---
license: apache-2.0
base_model: Octen/Octen-Embedding-4B
library_name: transformers
tags:
  - embeddings
  - quantized
  - w4a16
  - auto-round
  - auto-gptq
---

# Octen-Embedding-4B W4A16

This repo contains a W4A16 quantized version of `Octen/Octen-Embedding-4B` in the validated `auto-round-auto-gptq` format.

## Quantization

| Item | Value |
|---|---|
| Base model | `Octen/Octen-Embedding-4B` |
| Quantization | W4A16, 4-bit weights / 16-bit activations |
| Tooling | AutoRound 0.12.2, transformers 5.6.2, torch 2.6.0+cu124 |
| Calibration | 8 samples, seqlen 512, 200 iterations, float32 tuning |
| Quantized size | 3.3 GB |
| Base size | 7.6 GB |
| Compression | ~2.3x |
| Embedding dim | 2560 |
| Layers quantized | 252/253; `lm_head` skipped due shape divisibility |

## Validation vs base model

Evaluation used a small retrieval set of 5 query-document pairs, last-token pooling, L2 normalization, and cosine similarity.

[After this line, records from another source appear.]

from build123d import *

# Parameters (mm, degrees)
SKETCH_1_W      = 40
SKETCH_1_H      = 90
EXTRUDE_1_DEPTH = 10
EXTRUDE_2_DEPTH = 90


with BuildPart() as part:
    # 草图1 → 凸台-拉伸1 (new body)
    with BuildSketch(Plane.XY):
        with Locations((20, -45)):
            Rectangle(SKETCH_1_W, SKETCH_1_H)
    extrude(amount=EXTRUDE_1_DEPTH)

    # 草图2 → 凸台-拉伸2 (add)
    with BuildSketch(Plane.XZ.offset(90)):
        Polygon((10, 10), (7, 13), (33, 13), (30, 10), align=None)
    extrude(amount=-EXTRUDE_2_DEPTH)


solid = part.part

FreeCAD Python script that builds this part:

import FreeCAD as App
import Part
import Sketcher
from FreeCAD import Vector
Q = App.Units.Quantity

doc = App.newDocument("Part")
params = doc.addObject("Spreadsheet::Sheet", "Params")
for row, (alias, value) in enumerate([
    ("sketch1_width", "40 mm"),
    ("sketch1_height", "90 mm"),
    ("pad1_length", "10 mm"),
    ("sketch2_width", "20 mm"),
    ("sketch2_width2", "26 mm"),
    ("pad2_length", "90 mm"),
], start=1):
    params.set(f"A{row}", alias)
    params.set(f"B{row}", "=" + value)
    params.setAlias(f"B{row}", alias)

body = doc.addObject("PartDesign::Body", "Body")

# Sketch on XY plane
sketch1 = body.newObject("Sketcher::SketchObject", "Sketch")
sketch1.AttachmentSupport = (doc.getObject("XY_Plane"), [""])
sketch1.MapMode = "FlatFace"
sketch1.addGeometry(Part.LineSegment(Vector(0, 0, 0), Vector(0, -90, 0)), False)
sketch1.addGeometry(Part.LineSegment(Vector(0, -90, 0), Vector(40, -90, 0)), False)
sketch1.addGeometry(Part.LineSegment(Vector(40, -90, 0), Vector(40, 0, 0)), False)
sketch1.addGeometry(Part.LineSegment(Vector(40, 0, 0), Vector(0, 0, 0)), False)
sketch1.addConstraint(Sketcher.Constraint("Coincident", 0, 2, 1, 1))
sketch1.addConstraint(Sketcher.Constraint("Coincident", 1, 2, 2, 1))
sketch1.addConstraint(Sketcher.Constraint("Coincident", 2, 2, 3, 1))
sketch1.addConstraint(Sketcher.Constraint("Coincident", 3, 2, 0, 1))
sketch1.addConstraint(Sketcher.Constraint("Vertical", 0))
sketch1.addConstraint(Sketcher.Constraint("Horizontal", 1))
sketch1.addConstraint(Sketcher.Constraint("Vertical", 2))
sketch1.addConstraint(Sketcher.Constraint("Horizontal", 3))
sketch1.addConstraint(Sketcher.Constraint("Coincident", 3, 2, -1, 1))
sketch1.addConstraint(Sketcher.Constraint("DistanceX", 1, 1, 1, 2, Q("40 mm")))
sketch1.addConstraint(Sketcher.Constraint("DistanceY", 0, 2, 0, 1, Q("90 mm")))
sketch1.setExpression("Constraints[9]", "Params.sketch1_width")
sketch1.setExpression("Constraints[10]", "Params.sketch1_height")
pad1 = body.newObject("PartDesign::Pad", "Pad")
pad1.Profile = sketch1
pad1.setExpression("Length", "Params.pad1_length")

# Sketch on XZ plane
sketch2 = body.newObject("Sketcher::SketchObject", "Sketch001")
sketch2.AttachmentSupport = (doc.getObject("XZ_Plane"), [""])
sketch2.MapMode = "FlatFace"
sketch2.AttachmentOffset = App.Placement(Vector(0, 0, 90), App.Rotation())
sketch2.addGeometry(Part.LineSegment(Vector(7, 13, 0), Vector(10, 10, 0)), False)
sketch2.addGeometry(Part.LineSegment(Vector(10, 10, 0), Vector(30, 10, 0)), False)
sketch2.addGeometry(Part.LineSegment(Vector(30, 10, 0), Vector(33, 13, 0)), False)
sketch2.addGeometry(Part.LineSegment(Vector(33, 13, 0), Vector(7, 13, 0)), False)
sketch2.addConstraint(Sketcher.Constraint("Coincident", 0, 2, 1, 1))
sketch2.addConstraint(Sketcher.Constraint("Coincident", 1, 2, 2, 1))
sketch2.addConstraint(Sketcher.Constraint("Coincident", 2, 2, 3, 1))
sketch2.addConstraint(Sketcher.Constraint("Coincident", 3, 2, 0, 1))
sketch2.addConstraint(Sketcher.Constraint("Horizontal", 1))
sketch2.addConstraint(Sketcher.Constraint("Horizontal", 3))
sketch2.addConstraint(Sketcher.Constraint("Perpendicular", 0, 2))
sketch2.addConstraint(Sketcher.Constraint("Equal", 0, 2))
sketch2.addConstraint(Sketcher.Constraint("DistanceX", 1, 1, 1, 2, Q("20 mm")))
sketch2.addConstraint(Sketcher.Constraint("DistanceX", 3, 2, 3, 1, Q("26 mm")))
sketch2.addConstraint(Sketcher.Constraint("DistanceX", -1, 1, 0, 2, Q("10 mm")))
sketch2.addConstraint(Sketcher.Constraint("DistanceY", -1, 1, 0, 2, Q("10 mm")))
sketch2.setExpression("Constraints[8]", "Params.sketch2_width")
sketch2.setExpression("Constraints[9]", "Params.sketch2_width2")
pad2 = body.newObject("PartDesign::Pad", "Pad001")
pad2.Profile = sketch2
pad2.setExpression("Length", "Params.pad2_length")
pad2.Reversed = True

doc.recompute()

| Metric | Base | W4A16 | Delta |
|---|---:|---:|---:|
| Recall@1 | 1.0 | 1.0 | 0.0 |
| Recall@5 | 1.0 | 1.0 | 0.0 |
| Mean query cosine, base vs quant | — | 0.9783 | — |
| Mean doc cosine, base vs quant | — | 0.9777 | — |

Assessment: retrieval did not degrade on the validation set. The embedding cosine is marginally below a strict 0.98 threshold, but Recall@1/Recall@5 were unchanged. A prior validation run showed query cosine 0.9799 and doc cosine 0.9790.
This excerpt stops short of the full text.